TRY IT. Copy exactly the lines of the material below, starting with the first and including the line that holds "v -15.156 7.874 5.516".

INPUT FOR THIS TASK.
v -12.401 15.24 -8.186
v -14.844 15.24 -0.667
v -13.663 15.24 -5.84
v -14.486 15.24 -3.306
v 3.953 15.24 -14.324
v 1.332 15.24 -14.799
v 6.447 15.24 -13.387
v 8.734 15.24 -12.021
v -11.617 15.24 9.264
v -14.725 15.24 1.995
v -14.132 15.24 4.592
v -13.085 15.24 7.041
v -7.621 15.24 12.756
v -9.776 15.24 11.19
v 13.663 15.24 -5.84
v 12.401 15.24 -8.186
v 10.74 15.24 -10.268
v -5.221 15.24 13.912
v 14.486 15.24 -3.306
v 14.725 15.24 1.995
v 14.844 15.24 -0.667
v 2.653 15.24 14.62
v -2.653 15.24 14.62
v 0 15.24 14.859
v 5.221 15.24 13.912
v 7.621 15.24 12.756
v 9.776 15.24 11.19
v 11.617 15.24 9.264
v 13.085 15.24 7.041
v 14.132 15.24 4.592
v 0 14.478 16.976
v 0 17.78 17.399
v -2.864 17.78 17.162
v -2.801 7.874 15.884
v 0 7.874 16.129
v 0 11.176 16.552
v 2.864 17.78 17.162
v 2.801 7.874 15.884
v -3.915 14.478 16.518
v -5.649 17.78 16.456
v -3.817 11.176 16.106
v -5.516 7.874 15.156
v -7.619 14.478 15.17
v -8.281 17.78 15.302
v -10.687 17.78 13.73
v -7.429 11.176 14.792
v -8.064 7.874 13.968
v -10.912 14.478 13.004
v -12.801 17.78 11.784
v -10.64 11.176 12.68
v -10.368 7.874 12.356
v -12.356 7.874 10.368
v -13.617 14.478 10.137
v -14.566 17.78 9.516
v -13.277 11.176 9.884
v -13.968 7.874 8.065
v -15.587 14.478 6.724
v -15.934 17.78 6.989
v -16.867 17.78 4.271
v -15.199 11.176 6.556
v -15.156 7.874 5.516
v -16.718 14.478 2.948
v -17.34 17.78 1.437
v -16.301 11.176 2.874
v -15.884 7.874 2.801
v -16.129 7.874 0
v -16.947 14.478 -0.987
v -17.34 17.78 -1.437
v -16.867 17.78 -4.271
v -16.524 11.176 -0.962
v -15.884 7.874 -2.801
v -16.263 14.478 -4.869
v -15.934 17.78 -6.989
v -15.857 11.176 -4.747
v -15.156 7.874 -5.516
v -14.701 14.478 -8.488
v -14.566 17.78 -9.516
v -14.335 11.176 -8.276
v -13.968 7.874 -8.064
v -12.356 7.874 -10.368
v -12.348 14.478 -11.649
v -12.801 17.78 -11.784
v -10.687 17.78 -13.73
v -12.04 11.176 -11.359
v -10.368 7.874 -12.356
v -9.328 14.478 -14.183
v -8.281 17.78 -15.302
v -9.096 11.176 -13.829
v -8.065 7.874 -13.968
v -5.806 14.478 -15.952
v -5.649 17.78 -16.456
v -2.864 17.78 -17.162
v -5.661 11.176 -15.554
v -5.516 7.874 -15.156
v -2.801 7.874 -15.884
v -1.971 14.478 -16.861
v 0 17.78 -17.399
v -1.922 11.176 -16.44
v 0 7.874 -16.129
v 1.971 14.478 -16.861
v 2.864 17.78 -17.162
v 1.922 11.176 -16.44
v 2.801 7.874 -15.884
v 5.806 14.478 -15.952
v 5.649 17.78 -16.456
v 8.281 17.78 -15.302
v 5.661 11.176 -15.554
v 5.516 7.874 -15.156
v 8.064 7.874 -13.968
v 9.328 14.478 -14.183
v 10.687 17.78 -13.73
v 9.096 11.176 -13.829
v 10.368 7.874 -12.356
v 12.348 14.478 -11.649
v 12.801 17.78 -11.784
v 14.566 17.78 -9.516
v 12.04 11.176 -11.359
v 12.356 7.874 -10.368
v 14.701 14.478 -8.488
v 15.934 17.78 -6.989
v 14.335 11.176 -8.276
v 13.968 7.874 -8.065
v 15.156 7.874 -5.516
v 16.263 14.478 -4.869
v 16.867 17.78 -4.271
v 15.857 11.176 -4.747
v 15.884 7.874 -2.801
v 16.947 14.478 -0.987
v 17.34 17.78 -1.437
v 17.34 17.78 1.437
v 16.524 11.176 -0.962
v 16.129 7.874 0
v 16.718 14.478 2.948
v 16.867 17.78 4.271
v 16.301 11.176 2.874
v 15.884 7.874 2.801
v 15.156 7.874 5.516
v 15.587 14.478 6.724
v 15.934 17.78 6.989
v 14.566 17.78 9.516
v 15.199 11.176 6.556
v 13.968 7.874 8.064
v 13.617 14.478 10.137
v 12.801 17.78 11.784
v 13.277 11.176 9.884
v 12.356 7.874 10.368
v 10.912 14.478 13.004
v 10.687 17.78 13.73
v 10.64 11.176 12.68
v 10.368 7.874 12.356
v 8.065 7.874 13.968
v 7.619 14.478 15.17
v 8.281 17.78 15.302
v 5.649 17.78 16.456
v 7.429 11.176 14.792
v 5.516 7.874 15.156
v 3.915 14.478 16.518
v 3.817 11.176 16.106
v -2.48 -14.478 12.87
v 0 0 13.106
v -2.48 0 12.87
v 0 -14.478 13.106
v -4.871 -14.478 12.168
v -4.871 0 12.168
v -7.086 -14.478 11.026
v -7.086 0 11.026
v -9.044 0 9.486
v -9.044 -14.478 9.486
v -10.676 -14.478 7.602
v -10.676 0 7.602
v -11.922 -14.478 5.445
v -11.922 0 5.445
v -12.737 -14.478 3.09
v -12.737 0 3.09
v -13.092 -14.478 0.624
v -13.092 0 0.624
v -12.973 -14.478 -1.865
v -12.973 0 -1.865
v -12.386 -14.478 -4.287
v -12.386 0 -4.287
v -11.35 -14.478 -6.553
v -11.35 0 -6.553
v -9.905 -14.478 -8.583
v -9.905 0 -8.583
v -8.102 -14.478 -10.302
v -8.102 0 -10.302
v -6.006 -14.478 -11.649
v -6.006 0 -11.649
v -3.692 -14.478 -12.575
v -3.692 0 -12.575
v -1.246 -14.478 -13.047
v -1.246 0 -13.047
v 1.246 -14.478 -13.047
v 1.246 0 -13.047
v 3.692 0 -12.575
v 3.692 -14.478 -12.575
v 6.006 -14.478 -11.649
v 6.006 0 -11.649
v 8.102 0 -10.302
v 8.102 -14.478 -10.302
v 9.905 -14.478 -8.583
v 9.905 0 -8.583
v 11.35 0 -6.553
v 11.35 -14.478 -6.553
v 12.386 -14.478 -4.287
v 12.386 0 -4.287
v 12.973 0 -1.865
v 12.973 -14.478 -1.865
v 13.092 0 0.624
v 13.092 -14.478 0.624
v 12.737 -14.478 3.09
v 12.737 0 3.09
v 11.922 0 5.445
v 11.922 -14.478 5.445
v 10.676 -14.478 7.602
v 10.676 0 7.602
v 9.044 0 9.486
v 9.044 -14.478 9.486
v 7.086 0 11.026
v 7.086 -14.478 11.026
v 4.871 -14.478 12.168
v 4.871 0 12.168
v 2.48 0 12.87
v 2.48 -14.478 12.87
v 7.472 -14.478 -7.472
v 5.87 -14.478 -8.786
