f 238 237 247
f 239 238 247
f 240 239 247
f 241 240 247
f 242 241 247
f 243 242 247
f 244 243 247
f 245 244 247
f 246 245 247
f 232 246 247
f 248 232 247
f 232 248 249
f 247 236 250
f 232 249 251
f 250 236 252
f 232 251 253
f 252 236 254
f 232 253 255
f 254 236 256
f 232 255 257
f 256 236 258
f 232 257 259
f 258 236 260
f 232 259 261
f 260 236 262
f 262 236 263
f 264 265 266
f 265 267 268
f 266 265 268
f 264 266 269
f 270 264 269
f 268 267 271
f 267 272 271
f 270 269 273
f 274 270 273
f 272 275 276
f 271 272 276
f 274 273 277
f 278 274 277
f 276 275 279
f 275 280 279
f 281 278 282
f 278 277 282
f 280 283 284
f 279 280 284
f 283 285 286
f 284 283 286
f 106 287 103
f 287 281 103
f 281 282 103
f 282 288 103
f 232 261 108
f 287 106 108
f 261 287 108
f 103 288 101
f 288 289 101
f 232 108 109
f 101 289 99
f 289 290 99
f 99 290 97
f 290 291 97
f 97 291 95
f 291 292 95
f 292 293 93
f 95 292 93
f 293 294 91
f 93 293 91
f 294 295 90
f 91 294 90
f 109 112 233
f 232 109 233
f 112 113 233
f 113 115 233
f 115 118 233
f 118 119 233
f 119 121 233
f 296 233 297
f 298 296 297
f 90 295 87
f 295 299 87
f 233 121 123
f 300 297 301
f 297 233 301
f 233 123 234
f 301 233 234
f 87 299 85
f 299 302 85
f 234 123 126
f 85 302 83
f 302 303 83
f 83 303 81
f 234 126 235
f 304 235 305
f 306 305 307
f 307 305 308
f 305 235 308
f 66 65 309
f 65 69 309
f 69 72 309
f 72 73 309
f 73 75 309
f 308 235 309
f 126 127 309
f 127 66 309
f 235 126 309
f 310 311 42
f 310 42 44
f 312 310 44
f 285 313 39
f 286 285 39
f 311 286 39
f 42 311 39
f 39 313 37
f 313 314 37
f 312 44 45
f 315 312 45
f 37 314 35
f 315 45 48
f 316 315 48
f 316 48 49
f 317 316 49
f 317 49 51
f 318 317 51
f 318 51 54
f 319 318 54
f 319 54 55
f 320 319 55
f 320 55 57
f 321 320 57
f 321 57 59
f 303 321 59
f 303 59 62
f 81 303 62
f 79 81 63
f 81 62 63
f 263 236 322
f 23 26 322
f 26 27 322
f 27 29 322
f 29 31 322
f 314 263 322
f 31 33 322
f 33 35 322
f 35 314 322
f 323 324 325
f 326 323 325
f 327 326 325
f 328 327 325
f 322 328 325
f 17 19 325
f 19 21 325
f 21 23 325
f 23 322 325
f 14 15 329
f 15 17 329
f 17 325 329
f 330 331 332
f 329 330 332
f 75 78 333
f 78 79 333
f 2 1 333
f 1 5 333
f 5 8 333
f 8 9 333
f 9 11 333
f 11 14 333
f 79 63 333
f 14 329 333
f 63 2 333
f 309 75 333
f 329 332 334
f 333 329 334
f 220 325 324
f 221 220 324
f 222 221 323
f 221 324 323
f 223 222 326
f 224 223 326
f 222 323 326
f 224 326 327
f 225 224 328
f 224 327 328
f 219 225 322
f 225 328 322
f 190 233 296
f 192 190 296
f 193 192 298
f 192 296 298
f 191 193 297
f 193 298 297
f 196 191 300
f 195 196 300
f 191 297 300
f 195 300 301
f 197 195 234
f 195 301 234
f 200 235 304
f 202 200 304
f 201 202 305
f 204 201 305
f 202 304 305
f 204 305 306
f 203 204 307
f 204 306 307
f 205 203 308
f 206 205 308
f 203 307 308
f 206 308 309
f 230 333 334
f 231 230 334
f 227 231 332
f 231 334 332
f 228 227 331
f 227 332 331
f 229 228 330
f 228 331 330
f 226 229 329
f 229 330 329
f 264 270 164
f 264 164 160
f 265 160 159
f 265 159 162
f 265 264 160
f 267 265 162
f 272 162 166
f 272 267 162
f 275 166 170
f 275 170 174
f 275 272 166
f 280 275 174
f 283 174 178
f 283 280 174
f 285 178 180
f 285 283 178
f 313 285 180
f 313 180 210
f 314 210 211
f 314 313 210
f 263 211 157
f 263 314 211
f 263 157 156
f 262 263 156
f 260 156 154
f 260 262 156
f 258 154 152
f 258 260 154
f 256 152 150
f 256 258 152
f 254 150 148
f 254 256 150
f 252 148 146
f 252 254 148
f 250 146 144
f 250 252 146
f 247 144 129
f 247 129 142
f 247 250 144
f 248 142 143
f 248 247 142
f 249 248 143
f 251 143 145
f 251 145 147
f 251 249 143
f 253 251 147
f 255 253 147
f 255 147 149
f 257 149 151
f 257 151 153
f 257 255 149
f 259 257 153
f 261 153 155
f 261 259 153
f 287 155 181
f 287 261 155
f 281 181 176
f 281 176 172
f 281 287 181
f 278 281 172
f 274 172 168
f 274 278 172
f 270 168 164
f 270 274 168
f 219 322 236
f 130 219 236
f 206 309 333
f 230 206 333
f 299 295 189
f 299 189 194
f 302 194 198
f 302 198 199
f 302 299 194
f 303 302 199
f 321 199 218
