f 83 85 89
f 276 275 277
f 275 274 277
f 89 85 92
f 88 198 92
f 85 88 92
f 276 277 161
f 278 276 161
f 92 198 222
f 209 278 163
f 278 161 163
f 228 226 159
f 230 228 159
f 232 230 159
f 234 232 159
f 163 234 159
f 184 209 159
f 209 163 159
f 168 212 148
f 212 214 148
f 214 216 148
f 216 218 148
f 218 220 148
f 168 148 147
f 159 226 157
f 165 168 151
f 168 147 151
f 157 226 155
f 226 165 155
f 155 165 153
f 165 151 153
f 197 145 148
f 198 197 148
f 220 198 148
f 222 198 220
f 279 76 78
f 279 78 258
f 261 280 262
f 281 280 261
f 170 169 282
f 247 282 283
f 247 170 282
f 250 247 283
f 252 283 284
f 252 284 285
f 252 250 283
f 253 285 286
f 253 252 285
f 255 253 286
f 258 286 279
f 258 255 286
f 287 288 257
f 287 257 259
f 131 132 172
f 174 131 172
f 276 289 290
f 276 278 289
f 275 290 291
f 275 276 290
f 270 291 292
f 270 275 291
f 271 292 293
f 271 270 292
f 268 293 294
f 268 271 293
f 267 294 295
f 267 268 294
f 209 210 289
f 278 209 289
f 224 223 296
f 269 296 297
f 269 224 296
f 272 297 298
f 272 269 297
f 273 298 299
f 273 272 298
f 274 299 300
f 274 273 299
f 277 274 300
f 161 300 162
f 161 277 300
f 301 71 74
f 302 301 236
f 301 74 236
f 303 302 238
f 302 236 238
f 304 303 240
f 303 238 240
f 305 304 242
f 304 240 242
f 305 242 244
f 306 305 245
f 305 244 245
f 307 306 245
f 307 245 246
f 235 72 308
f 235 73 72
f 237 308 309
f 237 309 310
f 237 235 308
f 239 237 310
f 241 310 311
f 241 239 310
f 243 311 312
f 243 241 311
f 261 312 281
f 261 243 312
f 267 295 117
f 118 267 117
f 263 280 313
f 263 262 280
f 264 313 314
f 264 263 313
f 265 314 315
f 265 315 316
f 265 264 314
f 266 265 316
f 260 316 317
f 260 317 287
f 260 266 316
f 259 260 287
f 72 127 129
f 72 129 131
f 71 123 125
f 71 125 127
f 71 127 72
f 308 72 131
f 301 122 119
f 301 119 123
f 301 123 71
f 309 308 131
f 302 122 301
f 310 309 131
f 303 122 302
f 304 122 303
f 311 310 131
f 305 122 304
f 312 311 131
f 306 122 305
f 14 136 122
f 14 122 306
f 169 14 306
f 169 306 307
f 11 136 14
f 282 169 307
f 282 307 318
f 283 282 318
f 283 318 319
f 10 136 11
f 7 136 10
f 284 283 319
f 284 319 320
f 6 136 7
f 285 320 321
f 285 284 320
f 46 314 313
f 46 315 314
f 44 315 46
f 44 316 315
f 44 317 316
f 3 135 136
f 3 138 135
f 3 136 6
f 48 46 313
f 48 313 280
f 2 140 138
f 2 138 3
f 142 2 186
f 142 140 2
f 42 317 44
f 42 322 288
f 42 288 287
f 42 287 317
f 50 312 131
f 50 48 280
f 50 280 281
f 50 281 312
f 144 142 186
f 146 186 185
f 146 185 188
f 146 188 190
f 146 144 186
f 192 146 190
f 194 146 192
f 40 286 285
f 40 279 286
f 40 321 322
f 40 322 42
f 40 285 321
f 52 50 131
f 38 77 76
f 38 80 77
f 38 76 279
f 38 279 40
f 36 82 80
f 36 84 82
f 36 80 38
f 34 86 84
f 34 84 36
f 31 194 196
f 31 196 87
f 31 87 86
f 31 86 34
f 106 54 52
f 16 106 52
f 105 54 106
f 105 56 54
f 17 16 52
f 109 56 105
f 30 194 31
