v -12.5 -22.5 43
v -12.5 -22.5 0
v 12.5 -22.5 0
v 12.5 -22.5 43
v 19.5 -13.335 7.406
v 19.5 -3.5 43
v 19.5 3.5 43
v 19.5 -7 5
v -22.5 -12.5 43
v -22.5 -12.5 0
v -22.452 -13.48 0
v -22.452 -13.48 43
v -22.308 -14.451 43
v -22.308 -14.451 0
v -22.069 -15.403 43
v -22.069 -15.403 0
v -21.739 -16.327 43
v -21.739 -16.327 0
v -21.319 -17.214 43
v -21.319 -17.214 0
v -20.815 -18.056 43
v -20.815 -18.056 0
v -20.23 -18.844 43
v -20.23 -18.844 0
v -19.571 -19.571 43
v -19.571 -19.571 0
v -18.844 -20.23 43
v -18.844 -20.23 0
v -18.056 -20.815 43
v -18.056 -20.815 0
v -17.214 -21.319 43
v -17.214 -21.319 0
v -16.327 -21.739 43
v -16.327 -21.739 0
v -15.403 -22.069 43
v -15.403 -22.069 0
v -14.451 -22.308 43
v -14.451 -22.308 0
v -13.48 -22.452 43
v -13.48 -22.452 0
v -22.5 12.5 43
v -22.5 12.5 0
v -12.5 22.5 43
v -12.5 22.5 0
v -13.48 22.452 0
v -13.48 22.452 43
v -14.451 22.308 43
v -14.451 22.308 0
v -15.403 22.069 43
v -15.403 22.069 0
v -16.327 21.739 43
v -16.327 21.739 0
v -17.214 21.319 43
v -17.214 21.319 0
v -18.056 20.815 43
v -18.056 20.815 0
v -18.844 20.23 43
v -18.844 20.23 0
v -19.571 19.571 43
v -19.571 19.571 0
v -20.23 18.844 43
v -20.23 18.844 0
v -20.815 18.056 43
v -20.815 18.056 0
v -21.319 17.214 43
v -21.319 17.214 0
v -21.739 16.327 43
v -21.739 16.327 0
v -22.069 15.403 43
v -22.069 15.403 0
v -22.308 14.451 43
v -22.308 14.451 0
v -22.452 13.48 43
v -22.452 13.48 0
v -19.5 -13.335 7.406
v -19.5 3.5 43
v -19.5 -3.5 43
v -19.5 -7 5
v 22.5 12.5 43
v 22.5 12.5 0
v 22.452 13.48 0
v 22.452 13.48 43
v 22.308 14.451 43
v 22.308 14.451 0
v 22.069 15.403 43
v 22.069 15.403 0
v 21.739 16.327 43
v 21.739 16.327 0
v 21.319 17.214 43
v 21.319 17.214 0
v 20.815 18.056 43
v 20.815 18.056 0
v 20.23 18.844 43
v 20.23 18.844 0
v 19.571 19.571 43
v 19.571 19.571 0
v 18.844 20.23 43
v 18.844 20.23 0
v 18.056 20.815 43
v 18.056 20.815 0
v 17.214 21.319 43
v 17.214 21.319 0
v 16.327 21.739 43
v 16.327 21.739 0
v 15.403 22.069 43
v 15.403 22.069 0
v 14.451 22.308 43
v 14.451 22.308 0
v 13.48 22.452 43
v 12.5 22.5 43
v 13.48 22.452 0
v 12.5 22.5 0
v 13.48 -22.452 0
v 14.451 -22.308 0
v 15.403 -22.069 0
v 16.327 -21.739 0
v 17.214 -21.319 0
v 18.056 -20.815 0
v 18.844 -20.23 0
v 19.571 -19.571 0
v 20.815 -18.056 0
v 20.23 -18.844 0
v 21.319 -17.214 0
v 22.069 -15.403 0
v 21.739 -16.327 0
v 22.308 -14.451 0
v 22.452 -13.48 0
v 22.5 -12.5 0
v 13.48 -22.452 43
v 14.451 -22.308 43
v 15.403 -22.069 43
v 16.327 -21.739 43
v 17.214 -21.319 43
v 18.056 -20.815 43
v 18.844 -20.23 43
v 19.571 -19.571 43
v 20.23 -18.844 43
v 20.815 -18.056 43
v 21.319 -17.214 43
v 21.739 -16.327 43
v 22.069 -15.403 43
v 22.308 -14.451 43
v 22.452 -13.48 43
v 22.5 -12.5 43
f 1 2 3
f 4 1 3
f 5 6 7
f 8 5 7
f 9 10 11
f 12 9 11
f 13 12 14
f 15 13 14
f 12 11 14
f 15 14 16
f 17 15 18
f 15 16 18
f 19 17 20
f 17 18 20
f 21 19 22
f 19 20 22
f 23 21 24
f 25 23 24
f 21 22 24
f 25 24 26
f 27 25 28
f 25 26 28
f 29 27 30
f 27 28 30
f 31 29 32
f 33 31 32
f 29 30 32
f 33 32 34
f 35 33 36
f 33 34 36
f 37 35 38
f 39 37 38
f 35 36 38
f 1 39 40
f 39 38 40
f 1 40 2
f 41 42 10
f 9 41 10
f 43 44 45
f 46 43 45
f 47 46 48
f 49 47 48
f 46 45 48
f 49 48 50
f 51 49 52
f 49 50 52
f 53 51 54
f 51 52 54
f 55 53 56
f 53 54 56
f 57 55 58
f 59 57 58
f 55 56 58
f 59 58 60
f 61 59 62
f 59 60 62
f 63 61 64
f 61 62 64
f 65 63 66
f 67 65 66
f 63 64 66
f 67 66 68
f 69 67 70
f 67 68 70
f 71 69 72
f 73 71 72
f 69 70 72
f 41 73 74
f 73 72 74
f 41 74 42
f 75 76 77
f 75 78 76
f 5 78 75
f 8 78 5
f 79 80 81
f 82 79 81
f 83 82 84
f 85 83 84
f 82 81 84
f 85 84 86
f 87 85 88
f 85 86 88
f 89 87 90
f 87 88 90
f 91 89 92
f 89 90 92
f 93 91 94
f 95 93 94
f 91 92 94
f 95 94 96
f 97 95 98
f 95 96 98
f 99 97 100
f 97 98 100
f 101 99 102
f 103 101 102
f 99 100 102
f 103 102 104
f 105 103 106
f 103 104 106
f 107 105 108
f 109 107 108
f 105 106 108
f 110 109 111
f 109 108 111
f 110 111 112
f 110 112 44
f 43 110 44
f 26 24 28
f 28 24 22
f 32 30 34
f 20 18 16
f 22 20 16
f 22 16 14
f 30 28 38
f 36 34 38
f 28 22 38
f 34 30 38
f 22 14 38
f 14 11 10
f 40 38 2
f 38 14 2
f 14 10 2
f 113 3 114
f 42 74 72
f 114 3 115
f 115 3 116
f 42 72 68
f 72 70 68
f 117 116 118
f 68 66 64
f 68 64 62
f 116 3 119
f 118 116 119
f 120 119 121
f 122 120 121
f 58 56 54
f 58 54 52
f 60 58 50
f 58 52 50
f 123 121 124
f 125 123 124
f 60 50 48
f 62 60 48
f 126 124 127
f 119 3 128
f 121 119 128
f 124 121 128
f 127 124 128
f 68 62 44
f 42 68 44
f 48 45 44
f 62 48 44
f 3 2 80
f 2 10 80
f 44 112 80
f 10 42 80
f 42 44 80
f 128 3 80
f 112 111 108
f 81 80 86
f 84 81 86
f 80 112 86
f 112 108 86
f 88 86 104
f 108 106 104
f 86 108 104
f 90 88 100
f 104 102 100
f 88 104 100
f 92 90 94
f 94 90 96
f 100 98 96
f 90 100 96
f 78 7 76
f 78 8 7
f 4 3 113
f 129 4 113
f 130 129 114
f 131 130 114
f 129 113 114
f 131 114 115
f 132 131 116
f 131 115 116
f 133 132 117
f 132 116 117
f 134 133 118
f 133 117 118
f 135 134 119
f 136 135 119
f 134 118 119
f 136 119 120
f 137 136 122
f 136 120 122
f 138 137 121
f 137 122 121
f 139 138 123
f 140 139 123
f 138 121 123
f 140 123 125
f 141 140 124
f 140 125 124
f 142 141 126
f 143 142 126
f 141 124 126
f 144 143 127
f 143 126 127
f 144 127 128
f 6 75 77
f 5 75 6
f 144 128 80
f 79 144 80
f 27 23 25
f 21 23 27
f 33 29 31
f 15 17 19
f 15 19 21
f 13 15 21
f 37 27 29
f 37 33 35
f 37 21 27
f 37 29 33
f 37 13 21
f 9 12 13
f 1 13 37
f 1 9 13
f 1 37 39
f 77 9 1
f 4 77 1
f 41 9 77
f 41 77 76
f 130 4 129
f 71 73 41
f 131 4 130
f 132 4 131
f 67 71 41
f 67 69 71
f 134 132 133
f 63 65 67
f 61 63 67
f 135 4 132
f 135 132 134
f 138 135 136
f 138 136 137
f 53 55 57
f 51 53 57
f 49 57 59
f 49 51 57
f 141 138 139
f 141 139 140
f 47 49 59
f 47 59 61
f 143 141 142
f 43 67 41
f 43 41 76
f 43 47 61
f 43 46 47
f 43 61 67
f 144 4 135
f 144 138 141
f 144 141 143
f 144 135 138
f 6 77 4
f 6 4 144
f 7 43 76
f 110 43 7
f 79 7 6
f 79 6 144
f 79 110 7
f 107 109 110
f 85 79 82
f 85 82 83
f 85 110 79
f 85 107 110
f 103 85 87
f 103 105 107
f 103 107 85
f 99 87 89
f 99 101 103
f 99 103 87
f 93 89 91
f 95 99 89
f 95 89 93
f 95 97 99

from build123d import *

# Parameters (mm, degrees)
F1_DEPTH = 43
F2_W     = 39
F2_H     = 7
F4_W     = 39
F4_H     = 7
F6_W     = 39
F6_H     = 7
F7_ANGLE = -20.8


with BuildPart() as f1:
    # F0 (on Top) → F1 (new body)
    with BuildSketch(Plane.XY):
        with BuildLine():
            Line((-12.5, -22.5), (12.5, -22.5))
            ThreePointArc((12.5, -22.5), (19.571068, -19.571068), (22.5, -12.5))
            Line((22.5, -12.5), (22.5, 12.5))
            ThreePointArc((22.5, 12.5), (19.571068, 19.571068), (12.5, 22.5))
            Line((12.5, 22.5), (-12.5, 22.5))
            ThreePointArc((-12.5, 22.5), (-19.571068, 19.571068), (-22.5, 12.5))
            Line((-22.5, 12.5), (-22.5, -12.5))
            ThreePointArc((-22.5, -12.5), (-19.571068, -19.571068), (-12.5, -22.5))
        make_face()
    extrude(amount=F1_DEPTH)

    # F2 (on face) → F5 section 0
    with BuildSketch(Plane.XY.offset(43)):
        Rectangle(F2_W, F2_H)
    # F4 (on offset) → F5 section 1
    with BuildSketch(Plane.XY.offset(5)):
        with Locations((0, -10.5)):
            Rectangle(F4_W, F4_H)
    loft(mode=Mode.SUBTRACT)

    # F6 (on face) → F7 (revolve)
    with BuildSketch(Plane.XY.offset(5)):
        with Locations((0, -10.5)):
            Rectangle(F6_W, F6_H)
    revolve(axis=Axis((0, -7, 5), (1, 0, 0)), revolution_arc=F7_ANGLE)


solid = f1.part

ANSWER TO THE PROBLEM.
v -12.401 15.24 -8.186
v -14.844 15.24 -0.667
v -13.663 15.24 -5.84
v -14.486 15.24 -3.306
v 3.953 15.24 -14.324
v 1.332 15.24 -14.799
v 6.447 15.24 -13.387
v 8.734 15.24 -12.021
v -11.617 15.24 9.264
v -14.725 15.24 1.995
v -14.132 15.24 4.592
v -13.085 15.24 7.041
v -7.621 15.24 12.756
v -9.776 15.24 11.19
v 13.663 15.24 -5.84
v 12.401 15.24 -8.186
v 10.74 15.24 -10.268
v -5.221 15.24 13.912
v 14.486 15.24 -3.306
v 14.725 15.24 1.995
v 14.844 15.24 -0.667
v 2.653 15.24 14.62
v -2.653 15.24 14.62
v 0 15.24 14.859
v 5.221 15.24 13.912
v 7.621 15.24 12.756
v 9.776 15.24 11.19
v 11.617 15.24 9.264
v 13.085 15.24 7.041
v 14.132 15.24 4.592
v 0 14.478 16.976
v 0 17.78 17.399
v -2.864 17.78 17.162
v -2.801 7.874 15.884
v 0 7.874 16.129
v 0 11.176 16.552
v 2.864 17.78 17.162
v 2.801 7.874 15.884
v -3.915 14.478 16.518
v -5.649 17.78 16.456
v -3.817 11.176 16.106
v -5.516 7.874 15.156
v -7.619 14.478 15.17
v -8.281 17.78 15.302
v -10.687 17.78 13.73
v -7.429 11.176 14.792
v -8.064 7.874 13.968
v -10.912 14.478 13.004
v -12.801 17.78 11.784
v -10.64 11.176 12.68
v -10.368 7.874 12.356
v -12.356 7.874 10.368
v -13.617 14.478 10.137
v -14.566 17.78 9.516
v -13.277 11.176 9.884
v -13.968 7.874 8.065
v -15.587 14.478 6.724
v -15.934 17.78 6.989
v -16.867 17.78 4.271
v -15.199 11.176 6.556
v -15.156 7.874 5.516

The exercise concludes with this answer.